Our baby chicks continue to do well in the brooder, and if the weather is nice we should be able to get them outside into pasture pens early next week (when they are about two weeks old). They grow very fast, and are already beginning to feather out. With temps in the 60s, and even warmer than that in the barn, I’m not sure they even need the supplemental heat from the heat lamp at this point. But I like to make sure they stay as comfortable as possible. Happy chicks eat a lot, and grow a lot. Chicks that shiver and huddle together don’t. And they burn a lot of energy just keeping themselves warm.
I mentioned in the previous post that we got our chicks from the “local feed store.” I should probably elaborate on that, and preface this whole post by saying: there are lots of great sources for chicks. Even though chicks are among the easiest livestock to raise, we’re still learning things and refining our technique after 15 years. So, whether you’re planning on raising your first batch, or your twentieth, I wanted to share a quick thought or two about sourcing your birds.
The first several years we raised baby poultry, we always ordered directly from the hatchery. They would give us an availability date, so we could be ready. The chicks would be shipped via US mail, and we would get a call from the local post office the morning they arrived. We would then jump in the car, drive into town, and get them. A big, nationally-known hatchery like Murray McMurray has a dizzying selection of poultry, waterfowl and game birds; if they don’t have a particular breed, you’re probably only going to be able to get it from a highly-specialized breeder. Just browsing the McMurray print catalog was lots of fun for new farmers like us. We could dream about trying every imaginable kind of bird.

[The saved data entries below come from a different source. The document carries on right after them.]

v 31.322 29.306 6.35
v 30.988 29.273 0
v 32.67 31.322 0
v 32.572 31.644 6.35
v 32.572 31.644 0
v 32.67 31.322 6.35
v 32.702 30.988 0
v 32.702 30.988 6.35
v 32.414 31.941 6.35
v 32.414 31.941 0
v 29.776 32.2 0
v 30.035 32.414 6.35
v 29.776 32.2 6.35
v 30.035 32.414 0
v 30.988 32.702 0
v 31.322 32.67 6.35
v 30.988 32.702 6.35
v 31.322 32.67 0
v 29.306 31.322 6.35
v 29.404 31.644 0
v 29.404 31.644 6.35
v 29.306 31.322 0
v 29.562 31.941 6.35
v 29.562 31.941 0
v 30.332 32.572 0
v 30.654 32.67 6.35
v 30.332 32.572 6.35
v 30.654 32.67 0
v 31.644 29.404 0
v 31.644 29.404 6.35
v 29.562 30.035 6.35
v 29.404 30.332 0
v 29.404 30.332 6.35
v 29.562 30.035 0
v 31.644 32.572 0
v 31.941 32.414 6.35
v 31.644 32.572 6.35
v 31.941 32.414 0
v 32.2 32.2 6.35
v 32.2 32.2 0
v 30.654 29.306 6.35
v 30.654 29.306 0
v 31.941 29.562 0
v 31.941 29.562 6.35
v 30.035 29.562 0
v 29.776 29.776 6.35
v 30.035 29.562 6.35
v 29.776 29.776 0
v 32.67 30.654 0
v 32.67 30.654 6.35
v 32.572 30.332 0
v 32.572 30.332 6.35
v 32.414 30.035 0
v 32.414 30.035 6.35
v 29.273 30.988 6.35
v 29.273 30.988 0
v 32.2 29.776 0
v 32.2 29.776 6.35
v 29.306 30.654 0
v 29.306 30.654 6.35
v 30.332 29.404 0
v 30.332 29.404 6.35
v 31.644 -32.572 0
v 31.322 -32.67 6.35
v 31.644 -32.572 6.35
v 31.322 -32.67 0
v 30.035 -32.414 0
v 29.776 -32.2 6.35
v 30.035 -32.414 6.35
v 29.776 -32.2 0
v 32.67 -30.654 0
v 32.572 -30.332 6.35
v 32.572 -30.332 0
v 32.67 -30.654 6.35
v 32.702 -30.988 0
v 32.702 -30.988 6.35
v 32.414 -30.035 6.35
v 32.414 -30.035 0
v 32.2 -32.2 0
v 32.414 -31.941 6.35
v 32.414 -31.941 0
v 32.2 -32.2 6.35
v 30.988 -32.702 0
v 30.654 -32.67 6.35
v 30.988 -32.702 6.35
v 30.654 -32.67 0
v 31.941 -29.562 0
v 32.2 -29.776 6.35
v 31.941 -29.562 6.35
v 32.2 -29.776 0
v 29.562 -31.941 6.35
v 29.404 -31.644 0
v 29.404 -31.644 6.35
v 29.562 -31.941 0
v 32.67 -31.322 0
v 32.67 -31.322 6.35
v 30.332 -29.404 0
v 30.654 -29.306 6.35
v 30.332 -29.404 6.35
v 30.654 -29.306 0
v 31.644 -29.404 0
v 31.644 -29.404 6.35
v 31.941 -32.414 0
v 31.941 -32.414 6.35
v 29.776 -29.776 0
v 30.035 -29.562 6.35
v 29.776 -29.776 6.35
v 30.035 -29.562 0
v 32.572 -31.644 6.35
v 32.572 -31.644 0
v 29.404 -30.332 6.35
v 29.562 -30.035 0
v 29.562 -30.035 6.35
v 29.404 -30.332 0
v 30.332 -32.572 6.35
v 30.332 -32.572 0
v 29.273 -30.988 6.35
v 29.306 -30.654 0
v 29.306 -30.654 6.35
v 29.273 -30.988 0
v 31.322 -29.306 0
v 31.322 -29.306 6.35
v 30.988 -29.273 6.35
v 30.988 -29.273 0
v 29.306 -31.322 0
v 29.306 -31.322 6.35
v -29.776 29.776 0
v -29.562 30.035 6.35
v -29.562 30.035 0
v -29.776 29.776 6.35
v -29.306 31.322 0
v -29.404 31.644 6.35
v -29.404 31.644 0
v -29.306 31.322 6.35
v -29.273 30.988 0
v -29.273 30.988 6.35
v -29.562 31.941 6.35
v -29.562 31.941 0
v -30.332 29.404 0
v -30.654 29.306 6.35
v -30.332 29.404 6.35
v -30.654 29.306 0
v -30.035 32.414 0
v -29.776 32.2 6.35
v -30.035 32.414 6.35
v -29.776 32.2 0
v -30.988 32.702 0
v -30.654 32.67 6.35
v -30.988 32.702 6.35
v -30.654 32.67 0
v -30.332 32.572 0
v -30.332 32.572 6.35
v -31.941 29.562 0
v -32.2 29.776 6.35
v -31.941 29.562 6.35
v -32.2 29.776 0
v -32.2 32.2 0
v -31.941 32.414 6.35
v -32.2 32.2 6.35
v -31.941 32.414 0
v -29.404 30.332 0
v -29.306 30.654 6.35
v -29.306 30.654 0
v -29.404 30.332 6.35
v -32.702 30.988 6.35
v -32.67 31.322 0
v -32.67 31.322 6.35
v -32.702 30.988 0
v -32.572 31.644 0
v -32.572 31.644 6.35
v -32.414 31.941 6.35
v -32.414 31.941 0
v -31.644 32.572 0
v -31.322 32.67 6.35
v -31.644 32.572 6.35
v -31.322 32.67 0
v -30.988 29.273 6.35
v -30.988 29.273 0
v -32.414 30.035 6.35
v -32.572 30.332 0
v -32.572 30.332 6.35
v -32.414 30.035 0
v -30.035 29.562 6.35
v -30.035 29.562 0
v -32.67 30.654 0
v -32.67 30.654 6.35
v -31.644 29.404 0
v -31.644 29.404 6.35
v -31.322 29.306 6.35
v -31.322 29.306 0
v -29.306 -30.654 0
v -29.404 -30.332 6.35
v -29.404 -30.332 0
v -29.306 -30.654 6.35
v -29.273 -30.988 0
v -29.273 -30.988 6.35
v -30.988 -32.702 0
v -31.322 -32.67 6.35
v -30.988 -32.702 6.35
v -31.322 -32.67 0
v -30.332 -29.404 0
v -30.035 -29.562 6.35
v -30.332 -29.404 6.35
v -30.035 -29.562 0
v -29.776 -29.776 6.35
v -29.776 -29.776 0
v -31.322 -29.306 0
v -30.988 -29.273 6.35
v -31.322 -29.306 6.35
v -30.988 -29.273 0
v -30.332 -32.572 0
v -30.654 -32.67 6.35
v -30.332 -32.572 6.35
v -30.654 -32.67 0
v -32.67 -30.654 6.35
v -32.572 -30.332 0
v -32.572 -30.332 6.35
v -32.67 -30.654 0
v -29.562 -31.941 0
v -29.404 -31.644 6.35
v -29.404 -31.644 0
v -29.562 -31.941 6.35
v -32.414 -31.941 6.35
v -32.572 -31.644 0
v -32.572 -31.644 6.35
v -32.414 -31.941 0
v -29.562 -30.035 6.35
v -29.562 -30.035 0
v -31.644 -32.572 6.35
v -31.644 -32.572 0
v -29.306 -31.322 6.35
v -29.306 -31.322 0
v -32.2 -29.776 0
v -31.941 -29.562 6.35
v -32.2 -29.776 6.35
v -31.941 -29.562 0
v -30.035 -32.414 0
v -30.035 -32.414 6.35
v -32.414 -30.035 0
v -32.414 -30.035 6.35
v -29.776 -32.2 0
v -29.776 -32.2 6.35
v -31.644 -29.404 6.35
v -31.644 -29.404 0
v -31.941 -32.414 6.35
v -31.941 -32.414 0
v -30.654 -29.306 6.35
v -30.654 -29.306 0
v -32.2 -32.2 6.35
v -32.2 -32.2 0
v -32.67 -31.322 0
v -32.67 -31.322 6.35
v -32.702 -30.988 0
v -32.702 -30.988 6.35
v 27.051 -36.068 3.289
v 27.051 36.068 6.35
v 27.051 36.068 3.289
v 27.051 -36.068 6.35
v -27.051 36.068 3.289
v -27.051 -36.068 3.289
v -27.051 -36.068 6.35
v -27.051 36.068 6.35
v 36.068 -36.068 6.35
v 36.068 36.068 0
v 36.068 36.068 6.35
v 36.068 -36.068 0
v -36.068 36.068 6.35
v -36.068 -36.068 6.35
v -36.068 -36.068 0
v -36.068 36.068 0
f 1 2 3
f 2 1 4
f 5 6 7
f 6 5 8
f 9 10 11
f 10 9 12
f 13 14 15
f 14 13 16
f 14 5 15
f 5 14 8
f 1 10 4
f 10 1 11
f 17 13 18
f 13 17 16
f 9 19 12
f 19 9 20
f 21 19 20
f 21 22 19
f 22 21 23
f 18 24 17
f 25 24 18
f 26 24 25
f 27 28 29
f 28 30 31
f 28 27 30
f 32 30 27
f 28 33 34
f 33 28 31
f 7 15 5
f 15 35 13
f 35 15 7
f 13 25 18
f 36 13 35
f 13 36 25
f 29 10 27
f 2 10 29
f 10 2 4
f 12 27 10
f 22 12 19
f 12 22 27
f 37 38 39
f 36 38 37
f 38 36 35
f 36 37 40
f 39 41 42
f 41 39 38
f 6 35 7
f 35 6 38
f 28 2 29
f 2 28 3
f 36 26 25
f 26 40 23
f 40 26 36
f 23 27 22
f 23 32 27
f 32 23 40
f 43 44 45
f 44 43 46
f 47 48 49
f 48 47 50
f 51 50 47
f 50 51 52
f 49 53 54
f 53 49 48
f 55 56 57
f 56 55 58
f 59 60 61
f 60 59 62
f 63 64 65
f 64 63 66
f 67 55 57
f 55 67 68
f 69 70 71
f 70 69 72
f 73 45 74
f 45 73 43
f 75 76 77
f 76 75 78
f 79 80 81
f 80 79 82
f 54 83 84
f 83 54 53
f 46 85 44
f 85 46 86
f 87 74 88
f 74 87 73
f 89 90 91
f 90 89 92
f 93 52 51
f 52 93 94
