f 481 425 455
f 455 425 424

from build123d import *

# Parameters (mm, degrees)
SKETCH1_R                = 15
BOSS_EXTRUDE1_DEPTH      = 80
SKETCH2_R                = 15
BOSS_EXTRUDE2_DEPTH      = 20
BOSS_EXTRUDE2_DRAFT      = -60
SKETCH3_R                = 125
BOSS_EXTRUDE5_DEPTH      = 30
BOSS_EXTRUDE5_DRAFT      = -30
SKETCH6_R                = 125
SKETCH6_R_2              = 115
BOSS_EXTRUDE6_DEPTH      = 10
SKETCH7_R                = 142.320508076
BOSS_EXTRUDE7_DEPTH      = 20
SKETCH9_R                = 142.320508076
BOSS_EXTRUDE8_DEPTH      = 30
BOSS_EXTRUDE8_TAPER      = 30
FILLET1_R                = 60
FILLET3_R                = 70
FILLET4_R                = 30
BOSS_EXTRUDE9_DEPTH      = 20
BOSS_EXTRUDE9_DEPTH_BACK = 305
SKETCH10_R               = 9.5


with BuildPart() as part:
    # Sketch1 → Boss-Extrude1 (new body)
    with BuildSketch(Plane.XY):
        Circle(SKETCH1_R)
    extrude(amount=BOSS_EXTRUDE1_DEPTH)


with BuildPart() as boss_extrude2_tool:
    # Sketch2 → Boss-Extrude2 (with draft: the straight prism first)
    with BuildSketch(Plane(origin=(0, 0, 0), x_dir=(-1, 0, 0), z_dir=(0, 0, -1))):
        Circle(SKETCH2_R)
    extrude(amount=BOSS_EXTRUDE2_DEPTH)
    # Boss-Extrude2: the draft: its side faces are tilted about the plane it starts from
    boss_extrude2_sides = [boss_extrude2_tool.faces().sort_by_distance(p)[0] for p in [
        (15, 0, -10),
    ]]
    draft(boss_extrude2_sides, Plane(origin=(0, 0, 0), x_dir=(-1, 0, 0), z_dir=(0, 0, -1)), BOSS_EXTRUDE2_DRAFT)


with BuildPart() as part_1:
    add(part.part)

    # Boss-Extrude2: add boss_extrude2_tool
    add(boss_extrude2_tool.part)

McMurray’s biggest problem was cost; their stuff isn’t overpriced, but it isn’t cheap either. The more other farmers we got to know, the more we heard about lower-frills hatcheries like Cackle, which tended to have better prices. (And their website has now gotten very good.) We still had a wide variety of birds to choose from, but now we knew a lot more about what we wanted. Cackle also tended to offer more special deals on things like assorted heritage-breed turkeys, etc.
In recent years, I’ve gotten less adventurous about trying exotic breeds. We’ve settled on a couple of basic breeds of egg layers (Barred Rocks and Buff Orpingtons) which have worked well for us. We alternate breeds each year, so we can easily keep track of how old the birds are. And for meat chickens, nothing beats the Cornish cross (and variants). We haven’t bought ducks in a long time, because our flock has reached critical mass and hatches their own replacements.
We also got tired of paying the steep shipping costs to have a custom order of birds shipped directly to us. The birds must go airmail, and the rates have gotten expensive. We’ve settled on a good local alternative: our local feed store at the town’s grain elevator. Starting in the winter, they put out catalogs from a hatchery in the Grand Rapids area, a couple of hours away. We place our order with the feed store. They aggregate all the orders into a single big order, and all the birds arrive on the same day. We’re guaranteed to get exactly what we want, on a day we can plan for, at a bulk discount rate,with no shipping. A lot of local grain elevators do this kind of thing, so it’s worth keeping your eyes open.
That same hatchery supplies chicks to lots of big farm stores (the ones in larger towns, with a huge selection of everything you might need on your rural property) across the region. If you walk in to a Farm & Fleet, Tractor Supply, or Family Farm & Home, at this time of year you’re likely to see lots of big tubs with live baby poultry for sale (under heat lamps, of course). The prices are alright, and you can take them home that day — but if they’re sold out of what you want, you’re out of luck. Maybe they’ll get more the next week. Maybe they won’t. For this reason, we’ve tended not to rely on big farm stores for our chicks.
But this year, a friend alerted me to an interesting aspect of farm store chicks: when a fresh shipment is about to come in, the farm stores really want to clear out the unsold birds from the previous batch. You don’t want week-old birds running with the newly hatched ones. So, the older birds get marked down — sometimes significantly. This friend says he’s begun collecting bargain chicks like this from multiple farm stores. This approach not only saves money. It also saves having to feed the birds for a week!
I was driving past a Family Farm & Home yesterday, and thought I’d check it out. Sure enough, they had about 20 nice meat breed chicks that were a week old. Seems the big regional hatchery had delivered to them the same day they’d delivered to our local grain elevator. Sure enough, the chicks were marked down from $2.49 to two-for-three-dollars ($1.50), because a new delivery was about to come. I bought about a dozen of them, and took them home to add to our brooder. We’d had a few of our original order die in the brooder, and I was already thinking we hadn’t ordered enough birds in the first place. This was a perfect way to get our new little flock up to full strength, at very little cost. Maybe we’ll get even more of our chicks this way next year.
As I said…fifteen years of doing this, and we’re still learning new little tricks.